• _INSTRUCTIONS FOR THE TASK_
Set down exactly the lines in the records below that run from the line with "v 107.836 43.974 0" to the line with "v 107.836 12.7 4.559", inclusive, and nothing more.

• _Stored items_
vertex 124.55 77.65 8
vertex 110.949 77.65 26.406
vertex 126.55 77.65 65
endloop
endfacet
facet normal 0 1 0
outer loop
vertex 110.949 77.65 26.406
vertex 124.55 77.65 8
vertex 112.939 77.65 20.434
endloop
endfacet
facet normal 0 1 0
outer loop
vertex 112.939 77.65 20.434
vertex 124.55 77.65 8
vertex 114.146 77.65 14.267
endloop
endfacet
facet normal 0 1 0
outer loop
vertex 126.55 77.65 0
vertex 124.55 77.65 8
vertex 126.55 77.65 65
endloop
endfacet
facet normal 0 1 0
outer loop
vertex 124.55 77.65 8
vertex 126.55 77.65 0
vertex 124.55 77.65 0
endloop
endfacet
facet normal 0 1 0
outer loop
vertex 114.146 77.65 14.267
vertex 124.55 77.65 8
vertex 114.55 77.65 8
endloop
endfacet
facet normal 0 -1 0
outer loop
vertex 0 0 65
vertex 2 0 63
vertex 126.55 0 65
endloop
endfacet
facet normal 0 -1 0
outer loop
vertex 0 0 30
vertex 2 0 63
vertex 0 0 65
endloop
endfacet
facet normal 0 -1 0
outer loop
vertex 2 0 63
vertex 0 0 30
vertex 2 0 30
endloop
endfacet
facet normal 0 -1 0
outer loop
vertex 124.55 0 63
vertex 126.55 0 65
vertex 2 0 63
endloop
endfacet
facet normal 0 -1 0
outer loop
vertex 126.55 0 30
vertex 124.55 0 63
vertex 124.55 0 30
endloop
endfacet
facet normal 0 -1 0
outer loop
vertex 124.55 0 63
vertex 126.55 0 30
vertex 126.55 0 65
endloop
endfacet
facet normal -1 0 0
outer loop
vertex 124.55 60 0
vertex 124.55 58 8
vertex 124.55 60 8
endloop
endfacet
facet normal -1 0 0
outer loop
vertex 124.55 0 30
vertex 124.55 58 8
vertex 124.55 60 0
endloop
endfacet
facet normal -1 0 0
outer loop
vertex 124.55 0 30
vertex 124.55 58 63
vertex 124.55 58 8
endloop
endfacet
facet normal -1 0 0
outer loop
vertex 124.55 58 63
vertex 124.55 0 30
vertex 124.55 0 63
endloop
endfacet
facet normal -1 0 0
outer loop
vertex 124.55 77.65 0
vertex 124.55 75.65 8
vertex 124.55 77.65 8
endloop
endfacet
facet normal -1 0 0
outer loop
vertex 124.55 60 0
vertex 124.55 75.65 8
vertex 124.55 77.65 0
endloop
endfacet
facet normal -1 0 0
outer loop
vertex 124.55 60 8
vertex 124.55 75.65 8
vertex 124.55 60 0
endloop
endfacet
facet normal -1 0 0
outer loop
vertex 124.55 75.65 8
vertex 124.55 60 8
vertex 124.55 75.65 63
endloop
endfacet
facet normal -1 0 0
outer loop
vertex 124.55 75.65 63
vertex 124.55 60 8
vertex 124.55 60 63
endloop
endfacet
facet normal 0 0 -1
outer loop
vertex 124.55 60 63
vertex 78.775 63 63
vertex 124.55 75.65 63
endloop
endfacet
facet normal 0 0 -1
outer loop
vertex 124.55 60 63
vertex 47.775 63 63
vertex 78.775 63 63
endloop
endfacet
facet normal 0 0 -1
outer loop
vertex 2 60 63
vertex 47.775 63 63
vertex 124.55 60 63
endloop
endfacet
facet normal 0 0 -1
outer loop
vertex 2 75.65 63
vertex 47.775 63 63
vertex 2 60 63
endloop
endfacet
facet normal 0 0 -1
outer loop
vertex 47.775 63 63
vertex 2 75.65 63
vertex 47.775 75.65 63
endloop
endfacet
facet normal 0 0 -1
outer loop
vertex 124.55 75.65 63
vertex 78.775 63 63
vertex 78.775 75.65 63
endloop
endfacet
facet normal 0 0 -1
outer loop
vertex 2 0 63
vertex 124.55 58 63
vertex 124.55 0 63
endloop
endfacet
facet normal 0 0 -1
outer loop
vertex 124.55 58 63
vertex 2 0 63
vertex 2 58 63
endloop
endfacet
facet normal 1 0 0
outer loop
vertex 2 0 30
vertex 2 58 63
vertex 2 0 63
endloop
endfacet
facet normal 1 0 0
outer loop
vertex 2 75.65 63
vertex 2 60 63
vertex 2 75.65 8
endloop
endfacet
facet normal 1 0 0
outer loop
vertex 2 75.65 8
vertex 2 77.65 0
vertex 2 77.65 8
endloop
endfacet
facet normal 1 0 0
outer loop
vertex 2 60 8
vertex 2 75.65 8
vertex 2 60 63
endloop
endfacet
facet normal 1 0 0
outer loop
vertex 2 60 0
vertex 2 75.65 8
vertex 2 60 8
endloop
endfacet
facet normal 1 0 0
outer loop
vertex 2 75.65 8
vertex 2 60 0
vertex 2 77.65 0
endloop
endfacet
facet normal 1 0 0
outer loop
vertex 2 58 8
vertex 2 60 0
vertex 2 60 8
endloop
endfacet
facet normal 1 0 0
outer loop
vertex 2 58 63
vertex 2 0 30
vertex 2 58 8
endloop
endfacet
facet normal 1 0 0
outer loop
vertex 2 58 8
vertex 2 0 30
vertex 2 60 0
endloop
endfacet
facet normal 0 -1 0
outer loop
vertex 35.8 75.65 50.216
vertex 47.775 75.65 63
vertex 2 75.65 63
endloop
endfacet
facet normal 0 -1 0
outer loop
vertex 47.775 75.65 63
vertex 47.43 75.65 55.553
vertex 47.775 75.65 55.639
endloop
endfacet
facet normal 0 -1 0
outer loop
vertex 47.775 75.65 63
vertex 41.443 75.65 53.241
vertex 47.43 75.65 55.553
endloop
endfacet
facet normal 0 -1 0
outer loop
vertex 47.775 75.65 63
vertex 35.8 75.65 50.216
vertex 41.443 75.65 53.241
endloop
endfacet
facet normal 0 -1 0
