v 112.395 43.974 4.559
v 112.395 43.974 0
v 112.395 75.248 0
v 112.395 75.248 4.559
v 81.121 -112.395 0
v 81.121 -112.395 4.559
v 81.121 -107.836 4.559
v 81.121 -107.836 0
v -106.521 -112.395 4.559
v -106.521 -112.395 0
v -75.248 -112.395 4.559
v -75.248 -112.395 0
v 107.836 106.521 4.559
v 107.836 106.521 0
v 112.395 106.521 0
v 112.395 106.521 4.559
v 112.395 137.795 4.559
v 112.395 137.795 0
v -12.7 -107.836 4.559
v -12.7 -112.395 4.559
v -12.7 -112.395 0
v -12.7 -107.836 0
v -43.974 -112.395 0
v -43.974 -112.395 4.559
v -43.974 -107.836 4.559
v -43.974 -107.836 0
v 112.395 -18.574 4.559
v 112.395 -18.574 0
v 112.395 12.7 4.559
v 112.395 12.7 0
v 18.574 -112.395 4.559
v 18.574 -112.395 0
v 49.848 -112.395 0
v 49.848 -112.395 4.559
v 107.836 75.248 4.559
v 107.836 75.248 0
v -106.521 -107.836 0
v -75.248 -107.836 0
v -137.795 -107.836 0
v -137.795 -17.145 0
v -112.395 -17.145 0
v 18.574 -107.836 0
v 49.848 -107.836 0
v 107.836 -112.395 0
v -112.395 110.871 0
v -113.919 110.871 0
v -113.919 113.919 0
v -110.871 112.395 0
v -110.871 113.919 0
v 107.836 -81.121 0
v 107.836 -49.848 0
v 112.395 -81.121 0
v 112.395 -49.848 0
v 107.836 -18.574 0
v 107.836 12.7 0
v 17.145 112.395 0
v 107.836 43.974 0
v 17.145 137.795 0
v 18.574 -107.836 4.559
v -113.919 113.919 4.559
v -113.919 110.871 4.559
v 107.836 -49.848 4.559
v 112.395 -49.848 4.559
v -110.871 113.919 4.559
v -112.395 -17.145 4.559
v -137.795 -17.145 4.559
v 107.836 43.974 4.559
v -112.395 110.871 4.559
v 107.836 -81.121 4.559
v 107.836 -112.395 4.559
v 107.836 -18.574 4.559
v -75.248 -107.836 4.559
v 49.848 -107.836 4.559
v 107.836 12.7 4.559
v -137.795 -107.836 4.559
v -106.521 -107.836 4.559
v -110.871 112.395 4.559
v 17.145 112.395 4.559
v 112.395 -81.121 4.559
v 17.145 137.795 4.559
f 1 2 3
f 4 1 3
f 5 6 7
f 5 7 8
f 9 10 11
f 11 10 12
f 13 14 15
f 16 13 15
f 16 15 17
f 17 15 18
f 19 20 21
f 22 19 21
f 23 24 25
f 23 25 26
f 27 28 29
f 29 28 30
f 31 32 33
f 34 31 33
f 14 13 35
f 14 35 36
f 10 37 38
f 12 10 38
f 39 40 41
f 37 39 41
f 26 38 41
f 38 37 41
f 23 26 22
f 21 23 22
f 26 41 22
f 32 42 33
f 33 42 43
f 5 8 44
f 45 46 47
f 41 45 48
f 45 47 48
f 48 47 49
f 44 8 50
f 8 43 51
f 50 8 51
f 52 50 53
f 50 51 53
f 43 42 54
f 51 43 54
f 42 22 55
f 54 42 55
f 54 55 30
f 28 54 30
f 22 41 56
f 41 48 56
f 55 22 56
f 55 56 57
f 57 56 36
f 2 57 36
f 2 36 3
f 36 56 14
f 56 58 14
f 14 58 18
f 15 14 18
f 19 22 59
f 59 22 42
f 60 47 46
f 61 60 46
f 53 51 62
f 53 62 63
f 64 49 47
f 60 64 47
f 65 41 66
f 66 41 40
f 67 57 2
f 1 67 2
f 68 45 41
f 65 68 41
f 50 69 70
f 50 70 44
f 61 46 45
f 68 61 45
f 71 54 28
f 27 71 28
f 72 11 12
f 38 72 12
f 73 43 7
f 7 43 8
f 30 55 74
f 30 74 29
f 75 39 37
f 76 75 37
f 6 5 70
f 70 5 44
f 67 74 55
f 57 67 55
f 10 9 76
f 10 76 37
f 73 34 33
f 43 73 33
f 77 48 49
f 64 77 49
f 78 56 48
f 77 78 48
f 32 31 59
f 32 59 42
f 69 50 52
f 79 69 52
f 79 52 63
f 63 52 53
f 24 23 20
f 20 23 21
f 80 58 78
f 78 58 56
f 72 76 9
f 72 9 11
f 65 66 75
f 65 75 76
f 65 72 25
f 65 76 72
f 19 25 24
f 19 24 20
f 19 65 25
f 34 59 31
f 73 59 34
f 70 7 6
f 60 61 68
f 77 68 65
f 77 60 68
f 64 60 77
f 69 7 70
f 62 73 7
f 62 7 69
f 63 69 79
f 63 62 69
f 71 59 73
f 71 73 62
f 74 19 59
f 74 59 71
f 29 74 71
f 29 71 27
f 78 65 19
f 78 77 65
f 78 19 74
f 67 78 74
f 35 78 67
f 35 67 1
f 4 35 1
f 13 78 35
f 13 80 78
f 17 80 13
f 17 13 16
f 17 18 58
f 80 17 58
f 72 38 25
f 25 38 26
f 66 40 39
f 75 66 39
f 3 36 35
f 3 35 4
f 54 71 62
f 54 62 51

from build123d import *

# Parameters (mm, degrees)
BOSS_EXTRUDE1_DEPTH = 4.5593
CAVITY1_START       = -112.395
CAVITY1_OUTLINE_W   = 4.5593
CAVITY1_OUTLINE_H   = 4.5593
CAVITY1_OUTLINE_W_2 = 31.27375
CAVITY1_DEPTH       = 4.5593
CAVITY1_START_2     = -49.8475
CAVITY1_2_OUTLINE_W = 4.5593
CAVITY1_2_OUTLINE_H = 4.5593
CAVITY1_2_DEPTH     = 31.27375
CAVITY1_START_3     = 12.7
CAVITY1_3_OUTLINE_W = 4.5593
CAVITY1_3_OUTLINE_H = 4.5593
CAVITY1_3_DEPTH     = 31.27375
CAVITY1_START_4     = 75.2475
CAVITY1_4_OUTLINE_W = 4.5593
CAVITY1_4_OUTLINE_H = 4.5593
CAVITY1_4_DEPTH     = 31.27375
CAVITY1_START_5     = -107.8357
CAVITY1_5_OUTLINE_W = 4.5593
CAVITY1_5_OUTLINE_H = 4.5593
CAVITY1_5_DEPTH     = 26.71445


# Read off the part's stored shape, not the designer's step: Cavity1
with BuildPart() as part:
    # Sketch1 → Boss-Extrude1 (new body)
    with BuildSketch(Plane.XY):
        Polygon((-112.395, -17.145), (-137.795, -17.145), (-137.795, -112.395), (112.395, -112.395), (112.395, 112.395), (112.395, 137.795), (17.145, 137.795), (17.145, 112.395), (-110.871, 112.395), (-110.871, 113.919), (-113.919, 113.919), (-113.919, 110.871), (-112.395, 110.871), align=None)
    extrude(amount=BOSS_EXTRUDE1_DEPTH)

    # Cavity1 outline → Cavity1 (cut)
    with BuildSketch(Plane(origin=(0, 0, 0), x_dir=(1, 0, 0), z_dir=(0, 1, 0)).offset(CAVITY1_START)):
        with Locations((110.11535, -2.27965)):
            Rectangle(CAVITY1_OUTLINE_W, CAVITY1_OUTLINE_H)
        with Locations((65.484375, -2.27965)):
            Rectangle(CAVITY1_OUTLINE_W_2, CAVITY1_OUTLINE_H)
        with Locations((2.936875, -2.27965)):
            Rectangle(CAVITY1_OUTLINE_W_2, CAVITY1_OUTLINE_H)
        with Locations((-59.610625, -2.27965)):
            Rectangle(CAVITY1_OUTLINE_W_2, CAVITY1_OUTLINE_H)
        with Locations((-122.158125, -2.27965)):
            Rectangle(CAVITY1_OUTLINE_W_2, CAVITY1_OUTLINE_H)
    extrude(amount=CAVITY1_DEPTH, mode=Mode.SUBTRACT)

    # Cavity1 2 outline → Cavity1 2 (cut)
    with BuildSketch(Plane(origin=(0, 0, 0), x_dir=(1, 0, 0), z_dir=(0, 1, 0)).offset(CAVITY1_START_2)):
        with Locations((110.11535, -2.27965)):
            Rectangle(CAVITY1_2_OUTLINE_W, CAVITY1_2_OUTLINE_H)
    extrude(amount=CAVITY1_2_DEPTH, mode=Mode.SUBTRACT)

    # Cavity1 3 outline → Cavity1 3 (cut)
    with BuildSketch(Plane(origin=(0, 0, 0), x_dir=(1, 0, 0), z_dir=(0, 1, 0)).offset(CAVITY1_START_3)):
        with Locations((110.11535, -2.27965)):
            Rectangle(CAVITY1_3_OUTLINE_W, CAVITY1_3_OUTLINE_H)
    extrude(amount=CAVITY1_3_DEPTH, mode=Mode.SUBTRACT)

    # Cavity1 4 outline → Cavity1 4 (cut)
    with BuildSketch(Plane(origin=(0, 0, 0), x_dir=(1, 0, 0), z_dir=(0, 1, 0)).offset(CAVITY1_START_4)):
        with Locations((110.11535, -2.27965)):
            Rectangle(CAVITY1_4_OUTLINE_W, CAVITY1_4_OUTLINE_H)
    extrude(amount=CAVITY1_4_DEPTH, mode=Mode.SUBTRACT)

    # Cavity1 5 outline → Cavity1 5 (cut)
    with BuildSketch(Plane(origin=(0, 0, 0), x_dir=(1, 0, 0), z_dir=(0, 1, 0)).offset(CAVITY1_START_5)):
        with Locations((110.11535, -2.27965)):
            Rectangle(CAVITY1_5_OUTLINE_W, CAVITY1_5_OUTLINE_H)
    extrude(amount=CAVITY1_5_DEPTH, mode=Mode.SUBTRACT)


solid = part.part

• _ANSWER TO THIS TASK_
v 107.836 43.974 0
v 17.145 137.795 0
v 18.574 -107.836 4.559
v -113.919 113.919 4.559
v -113.919 110.871 4.559
v 107.836 -49.848 4.559
v 112.395 -49.848 4.559
v -110.871 113.919 4.559
v -112.395 -17.145 4.559
v -137.795 -17.145 4.559
v 107.836 43.974 4.559
v -112.395 110.871 4.559
v 107.836 -81.121 4.559
v 107.836 -112.395 4.559
v 107.836 -18.574 4.559
v -75.248 -107.836 4.559
v 49.848 -107.836 4.559
v 107.836 12.7 4.559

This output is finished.